=== Section Start ===
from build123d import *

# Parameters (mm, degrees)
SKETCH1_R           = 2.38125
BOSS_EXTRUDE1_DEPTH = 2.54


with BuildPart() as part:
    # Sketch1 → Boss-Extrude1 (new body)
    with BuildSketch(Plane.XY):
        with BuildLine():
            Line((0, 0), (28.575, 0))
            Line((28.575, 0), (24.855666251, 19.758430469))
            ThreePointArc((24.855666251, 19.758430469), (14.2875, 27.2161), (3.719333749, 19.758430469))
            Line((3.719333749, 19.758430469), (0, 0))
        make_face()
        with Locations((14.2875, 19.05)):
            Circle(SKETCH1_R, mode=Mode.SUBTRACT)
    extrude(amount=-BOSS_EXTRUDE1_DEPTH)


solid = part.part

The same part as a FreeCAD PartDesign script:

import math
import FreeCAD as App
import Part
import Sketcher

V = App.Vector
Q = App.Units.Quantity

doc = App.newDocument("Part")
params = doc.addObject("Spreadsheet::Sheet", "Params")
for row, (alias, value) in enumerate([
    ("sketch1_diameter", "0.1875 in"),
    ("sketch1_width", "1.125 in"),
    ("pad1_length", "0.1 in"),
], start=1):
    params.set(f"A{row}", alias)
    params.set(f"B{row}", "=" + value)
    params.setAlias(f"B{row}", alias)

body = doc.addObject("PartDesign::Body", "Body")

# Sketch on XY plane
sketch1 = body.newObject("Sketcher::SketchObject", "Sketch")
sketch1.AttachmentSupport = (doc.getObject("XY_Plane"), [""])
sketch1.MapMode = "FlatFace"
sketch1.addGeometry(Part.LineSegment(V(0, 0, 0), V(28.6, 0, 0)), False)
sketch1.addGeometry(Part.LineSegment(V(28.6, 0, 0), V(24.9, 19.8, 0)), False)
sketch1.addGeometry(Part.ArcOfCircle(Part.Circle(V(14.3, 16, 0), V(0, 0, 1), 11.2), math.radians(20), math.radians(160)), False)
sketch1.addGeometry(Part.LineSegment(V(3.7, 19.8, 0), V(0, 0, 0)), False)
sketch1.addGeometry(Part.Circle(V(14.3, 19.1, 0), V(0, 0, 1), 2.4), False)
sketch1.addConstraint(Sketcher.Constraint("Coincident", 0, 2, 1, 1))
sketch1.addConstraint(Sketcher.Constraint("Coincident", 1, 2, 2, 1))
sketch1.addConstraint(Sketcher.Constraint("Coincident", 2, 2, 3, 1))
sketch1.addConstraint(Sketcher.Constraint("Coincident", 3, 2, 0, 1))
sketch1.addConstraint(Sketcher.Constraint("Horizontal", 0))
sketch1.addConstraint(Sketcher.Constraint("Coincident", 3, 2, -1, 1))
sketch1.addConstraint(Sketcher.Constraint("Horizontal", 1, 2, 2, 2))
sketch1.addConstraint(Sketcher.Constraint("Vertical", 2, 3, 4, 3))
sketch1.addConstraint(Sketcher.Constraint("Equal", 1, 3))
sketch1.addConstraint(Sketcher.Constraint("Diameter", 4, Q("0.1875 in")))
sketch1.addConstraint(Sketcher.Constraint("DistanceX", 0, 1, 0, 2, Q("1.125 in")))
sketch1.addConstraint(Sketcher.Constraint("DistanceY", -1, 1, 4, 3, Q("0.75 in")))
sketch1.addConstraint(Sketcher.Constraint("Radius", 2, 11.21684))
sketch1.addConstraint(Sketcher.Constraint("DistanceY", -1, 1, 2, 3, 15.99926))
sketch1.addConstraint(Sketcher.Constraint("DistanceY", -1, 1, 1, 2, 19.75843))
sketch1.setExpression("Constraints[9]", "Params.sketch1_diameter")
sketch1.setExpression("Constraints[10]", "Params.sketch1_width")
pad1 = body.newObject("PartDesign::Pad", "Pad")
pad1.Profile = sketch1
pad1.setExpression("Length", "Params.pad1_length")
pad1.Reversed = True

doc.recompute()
=== Section End ===
▶ **What is being asked**: Look above for the line that contains "# Parameters (mm, degrees)". Starting there, transcribe every line exactly until you have copied the line that contains "The same part".

▶ **Answer box**:
# Parameters (mm, degrees)
SKETCH1_R           = 2.38125
BOSS_EXTRUDE1_DEPTH = 2.54


with BuildPart() as part:
    # Sketch1 → Boss-Extrude1 (new body)
    with BuildSketch(Plane.XY):
        with BuildLine():
            Line((0, 0), (28.575, 0))
            Line((28.575, 0), (24.855666251, 19.758430469))
            ThreePointArc((24.855666251, 19.758430469), (14.2875, 27.2161), (3.719333749, 19.758430469))
            Line((3.719333749, 19.758430469), (0, 0))
        make_face()
        with Locations((14.2875, 19.05)):
            Circle(SKETCH1_R, mode=Mode.SUBTRACT)
    extrude(amount=-BOSS_EXTRUDE1_DEPTH)


solid = part.part

The same part as a FreeCAD PartDesign script:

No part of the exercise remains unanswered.